Dan Z wrote:DuckIII wrote:eierluke wrote:
While for many years, superstars just did not change teams while in their prime, migratory bird LeBron James changed this culture:
recent finals mvps who werden't drafted by the winning team of the finals:
2020 Lakers L.James
2019 Raptors K.Leonard
2018 Warriors K.Durant
2017 Warriors K.Durant
2015 Warriors A.Iguidala
2013 Heat L.James
2012 Heat L.James
That means that teams can win championships now by aquiring their best player via free agency.
Precondition however is that those free agents don't join them while they are losing teams.
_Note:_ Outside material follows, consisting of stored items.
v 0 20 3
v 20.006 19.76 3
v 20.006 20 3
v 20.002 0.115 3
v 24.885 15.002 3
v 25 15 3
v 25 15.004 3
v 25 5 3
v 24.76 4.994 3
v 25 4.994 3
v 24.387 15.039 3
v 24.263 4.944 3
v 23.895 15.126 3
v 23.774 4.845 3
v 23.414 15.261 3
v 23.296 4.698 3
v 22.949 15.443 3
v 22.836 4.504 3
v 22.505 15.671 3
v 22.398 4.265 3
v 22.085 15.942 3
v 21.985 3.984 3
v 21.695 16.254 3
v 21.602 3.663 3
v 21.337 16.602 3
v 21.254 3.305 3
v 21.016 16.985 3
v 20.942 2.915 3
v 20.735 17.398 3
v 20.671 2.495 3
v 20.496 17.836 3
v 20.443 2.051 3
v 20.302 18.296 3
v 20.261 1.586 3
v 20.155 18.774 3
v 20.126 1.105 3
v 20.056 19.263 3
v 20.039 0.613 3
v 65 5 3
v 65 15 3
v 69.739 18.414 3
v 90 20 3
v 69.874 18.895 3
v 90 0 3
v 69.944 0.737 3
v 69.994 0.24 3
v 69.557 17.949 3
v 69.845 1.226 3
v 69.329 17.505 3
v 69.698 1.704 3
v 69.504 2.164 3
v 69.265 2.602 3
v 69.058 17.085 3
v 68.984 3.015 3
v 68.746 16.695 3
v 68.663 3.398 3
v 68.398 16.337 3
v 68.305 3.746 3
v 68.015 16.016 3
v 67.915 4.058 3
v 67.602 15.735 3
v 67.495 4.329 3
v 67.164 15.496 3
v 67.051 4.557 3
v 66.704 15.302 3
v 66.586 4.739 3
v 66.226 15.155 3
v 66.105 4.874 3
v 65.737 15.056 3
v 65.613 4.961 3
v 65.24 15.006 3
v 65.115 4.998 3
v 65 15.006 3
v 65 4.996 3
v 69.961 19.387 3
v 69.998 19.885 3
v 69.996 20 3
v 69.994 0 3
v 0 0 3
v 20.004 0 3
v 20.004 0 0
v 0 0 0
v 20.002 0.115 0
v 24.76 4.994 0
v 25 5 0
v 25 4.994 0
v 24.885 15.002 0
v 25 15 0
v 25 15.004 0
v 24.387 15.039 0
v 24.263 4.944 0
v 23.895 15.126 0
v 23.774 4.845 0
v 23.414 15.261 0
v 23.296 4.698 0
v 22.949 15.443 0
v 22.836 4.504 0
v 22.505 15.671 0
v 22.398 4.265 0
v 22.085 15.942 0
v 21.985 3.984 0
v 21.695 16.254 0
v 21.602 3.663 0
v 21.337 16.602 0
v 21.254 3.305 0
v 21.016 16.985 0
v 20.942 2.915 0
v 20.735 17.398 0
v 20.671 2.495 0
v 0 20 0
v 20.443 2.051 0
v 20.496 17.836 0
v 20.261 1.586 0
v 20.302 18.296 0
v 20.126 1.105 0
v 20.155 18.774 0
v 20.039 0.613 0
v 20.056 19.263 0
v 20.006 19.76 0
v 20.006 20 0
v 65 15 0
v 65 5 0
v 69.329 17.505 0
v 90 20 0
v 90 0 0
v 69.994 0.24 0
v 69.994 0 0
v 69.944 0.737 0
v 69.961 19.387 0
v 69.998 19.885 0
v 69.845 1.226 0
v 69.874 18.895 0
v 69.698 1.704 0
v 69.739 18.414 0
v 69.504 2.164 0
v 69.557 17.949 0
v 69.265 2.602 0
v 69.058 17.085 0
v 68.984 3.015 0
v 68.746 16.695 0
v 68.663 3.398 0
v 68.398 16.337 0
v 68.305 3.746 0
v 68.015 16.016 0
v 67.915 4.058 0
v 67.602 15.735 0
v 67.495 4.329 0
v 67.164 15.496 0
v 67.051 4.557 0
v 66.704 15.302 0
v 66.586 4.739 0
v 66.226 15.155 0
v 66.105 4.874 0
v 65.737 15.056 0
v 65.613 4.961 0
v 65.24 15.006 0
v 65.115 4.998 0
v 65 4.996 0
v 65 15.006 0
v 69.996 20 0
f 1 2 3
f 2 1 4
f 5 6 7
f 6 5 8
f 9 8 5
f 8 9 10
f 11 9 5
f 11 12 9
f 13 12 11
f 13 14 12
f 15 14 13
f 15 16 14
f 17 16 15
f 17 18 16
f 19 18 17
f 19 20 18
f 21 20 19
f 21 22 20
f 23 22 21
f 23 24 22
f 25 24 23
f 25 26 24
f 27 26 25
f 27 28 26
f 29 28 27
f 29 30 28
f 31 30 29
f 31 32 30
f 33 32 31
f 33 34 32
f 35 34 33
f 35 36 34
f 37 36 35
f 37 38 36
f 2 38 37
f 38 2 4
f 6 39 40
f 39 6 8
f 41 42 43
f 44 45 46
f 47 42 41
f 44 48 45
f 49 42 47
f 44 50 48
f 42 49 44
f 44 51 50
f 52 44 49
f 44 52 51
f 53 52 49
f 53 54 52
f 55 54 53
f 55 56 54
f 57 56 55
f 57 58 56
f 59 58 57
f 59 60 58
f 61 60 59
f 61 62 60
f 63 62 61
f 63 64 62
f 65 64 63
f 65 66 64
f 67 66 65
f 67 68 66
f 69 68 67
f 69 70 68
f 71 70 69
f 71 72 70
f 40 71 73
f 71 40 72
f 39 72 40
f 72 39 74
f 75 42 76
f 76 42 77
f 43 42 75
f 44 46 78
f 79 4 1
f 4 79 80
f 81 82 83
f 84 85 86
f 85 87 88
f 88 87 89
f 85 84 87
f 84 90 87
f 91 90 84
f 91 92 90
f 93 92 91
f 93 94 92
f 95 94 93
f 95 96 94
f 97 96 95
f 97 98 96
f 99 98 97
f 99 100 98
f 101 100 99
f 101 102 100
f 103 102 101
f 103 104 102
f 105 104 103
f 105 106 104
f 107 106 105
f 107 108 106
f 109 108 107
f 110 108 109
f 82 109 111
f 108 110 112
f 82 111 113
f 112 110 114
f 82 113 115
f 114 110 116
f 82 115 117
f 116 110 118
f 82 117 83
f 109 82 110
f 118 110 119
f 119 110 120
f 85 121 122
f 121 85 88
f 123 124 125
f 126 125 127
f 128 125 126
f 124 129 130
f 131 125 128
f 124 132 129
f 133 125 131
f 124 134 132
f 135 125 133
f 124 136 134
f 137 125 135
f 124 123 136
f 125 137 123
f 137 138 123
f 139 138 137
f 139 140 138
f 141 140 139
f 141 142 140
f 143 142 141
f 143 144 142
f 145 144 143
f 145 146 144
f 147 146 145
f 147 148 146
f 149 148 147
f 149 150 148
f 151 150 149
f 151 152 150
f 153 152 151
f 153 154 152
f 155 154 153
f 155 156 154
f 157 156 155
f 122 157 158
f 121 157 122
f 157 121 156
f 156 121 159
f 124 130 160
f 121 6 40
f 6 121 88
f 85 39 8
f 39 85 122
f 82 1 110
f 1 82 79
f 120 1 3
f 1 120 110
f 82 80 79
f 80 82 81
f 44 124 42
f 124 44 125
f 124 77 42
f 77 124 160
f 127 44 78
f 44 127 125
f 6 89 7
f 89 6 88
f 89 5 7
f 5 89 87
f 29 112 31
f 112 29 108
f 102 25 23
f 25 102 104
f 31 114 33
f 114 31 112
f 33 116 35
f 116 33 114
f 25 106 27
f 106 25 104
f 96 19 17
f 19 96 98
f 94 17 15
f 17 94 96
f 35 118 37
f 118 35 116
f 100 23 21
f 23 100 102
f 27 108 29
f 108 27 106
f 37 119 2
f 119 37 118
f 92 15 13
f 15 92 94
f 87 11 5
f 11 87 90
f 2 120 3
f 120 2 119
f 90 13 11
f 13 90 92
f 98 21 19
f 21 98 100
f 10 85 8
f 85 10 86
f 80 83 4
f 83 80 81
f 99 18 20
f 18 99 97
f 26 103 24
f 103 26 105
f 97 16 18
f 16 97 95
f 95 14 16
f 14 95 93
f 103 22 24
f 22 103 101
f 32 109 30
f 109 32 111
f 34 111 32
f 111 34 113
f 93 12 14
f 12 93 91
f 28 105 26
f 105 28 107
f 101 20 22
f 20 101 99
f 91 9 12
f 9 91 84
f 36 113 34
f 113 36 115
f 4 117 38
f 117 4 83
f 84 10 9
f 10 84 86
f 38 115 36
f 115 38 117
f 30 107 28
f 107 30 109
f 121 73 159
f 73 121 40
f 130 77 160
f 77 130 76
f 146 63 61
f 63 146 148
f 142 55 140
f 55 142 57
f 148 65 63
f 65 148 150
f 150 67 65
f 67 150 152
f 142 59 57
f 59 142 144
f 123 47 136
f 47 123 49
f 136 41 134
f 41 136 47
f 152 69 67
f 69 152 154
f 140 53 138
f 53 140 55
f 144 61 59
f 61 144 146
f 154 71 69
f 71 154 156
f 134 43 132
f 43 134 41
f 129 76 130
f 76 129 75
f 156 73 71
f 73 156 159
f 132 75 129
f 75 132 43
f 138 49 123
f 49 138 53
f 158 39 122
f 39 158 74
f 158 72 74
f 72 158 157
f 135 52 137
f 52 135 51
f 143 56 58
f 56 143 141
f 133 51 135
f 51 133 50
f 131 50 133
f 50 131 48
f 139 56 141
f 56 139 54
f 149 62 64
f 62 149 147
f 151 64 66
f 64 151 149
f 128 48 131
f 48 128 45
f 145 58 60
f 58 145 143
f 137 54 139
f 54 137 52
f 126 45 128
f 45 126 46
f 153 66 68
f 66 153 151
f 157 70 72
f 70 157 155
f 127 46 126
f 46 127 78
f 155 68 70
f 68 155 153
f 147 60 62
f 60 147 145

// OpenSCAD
epaisseur=3;
longueur_centre=50;
largeur_centre=10;
longueur_attache=20;
largeur_attache=20;
rayon=5;
profondeur_entaille=0;


eprouvette(epaisseur,longueur_centre,largeur_centre,longueur_attache,largeur_attache,rayon,profondeur_entaille);
$fa=0.5;
$fs=0.5;


module eprouvette(e=3, loc=50, lac=10, loa=20, laa=20, r=(largeur_attache-largeur_centre)/2, a=profondeur_entaille)
{
	difference()
	{
		translate([loa,laa/4,0])
		{
			union()
			{
				cube([loc, lac, e]);
				translate([-loa, -(laa-lac)/2,0])cube([loa, laa, e]);
				translate([loc, -(laa-lac)/2,0])cube([loa, laa, e]);
			}
			union()
			{
				translate([0,lac,0])difference(){conge(e,r); translate([0,(laa-lac)/2,0])cube([r-(laa-lac)/2,r-(laa-lac)/2,e]);}
				rotate([0,0,-90])difference(){conge(e,r); translate([(laa-lac)/2,0,0])cube([r-(laa-lac)/2,r-(laa-lac)/2,e]);}
				translate([loc,lac,0])rotate([0,0,90])difference(){conge(e,r); translate([(laa-lac)/2,0,0])cube([r-(laa-lac)/2,r-(laa-lac)/2,e]);}
				translate([loc,0,0])rotate([0,0,180])difference(){conge(e,r); translate([0,(laa-lac)/2,0])cube([r-(laa-lac)/2,r-(laa-lac)/2,e]);}
			}
		}

		translate([loa+loc/2+1,(laa-lac)/2-0.01,0])cube([2,a,e]);
		//translate([loa+loc/2+1,laa-((laa-lac)/2-0.01)-a,0])cube([2,a,e]);
	}
}

module conge(e=epaisseur,r=(largeur_attache-largeur_centre)/2)
{
	difference()
	{
		cube([r,r,e]);
		translate([r+0.01,r+0.01,0-0.01])cylinder(e+0.02,r+0.01,r+0.01);
	}
}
They join them when everything is comfortable prepared for them to get a ring.
Absolutely happens. But when it does it’s usually because a guy demands to land in one of 2-3 specific places and no one else even gets a seat at the table. So it does not mitigate at all the significance of the draft. You want to be the team that drafts these guys so you have a chance to contend with them and keep them in house during their primes. That some leave later doesn’t change that.
It's also been 5 years since the LeBron Lakers team won. Here are the 4 championship teams since that time:
2024 Celtics
2023 Nuggets
2022 Warriors
2021 Bucks
None of those teams have a major free agent who signed with them. The same with their opponents in the finals (Mavs, Heat, Celtics and Suns).
Heat/Jimmy.. but yeah, the last 4 years were different. 2020 was the last time we had big FA movement, and that capped a decade of some wild UFA acquisitions. Since all the top dogs landed in their preferred big market destinations (4 of them in LA to be exact, 3 in NY), it closed the door on that approach.
But now that the next-gen. is soon becoming unrestricted (Giannis, Jokic, Shai, etc.), on top of the repeater tax penalties, I do believe 2027-30 will have some unexpected FA scenarios. The max contract trade market is going to be more difficult to navigate, especially if you can’t aggregate salaries when you’re over the 2nd apron. Players might reconsider locking in 5y deals.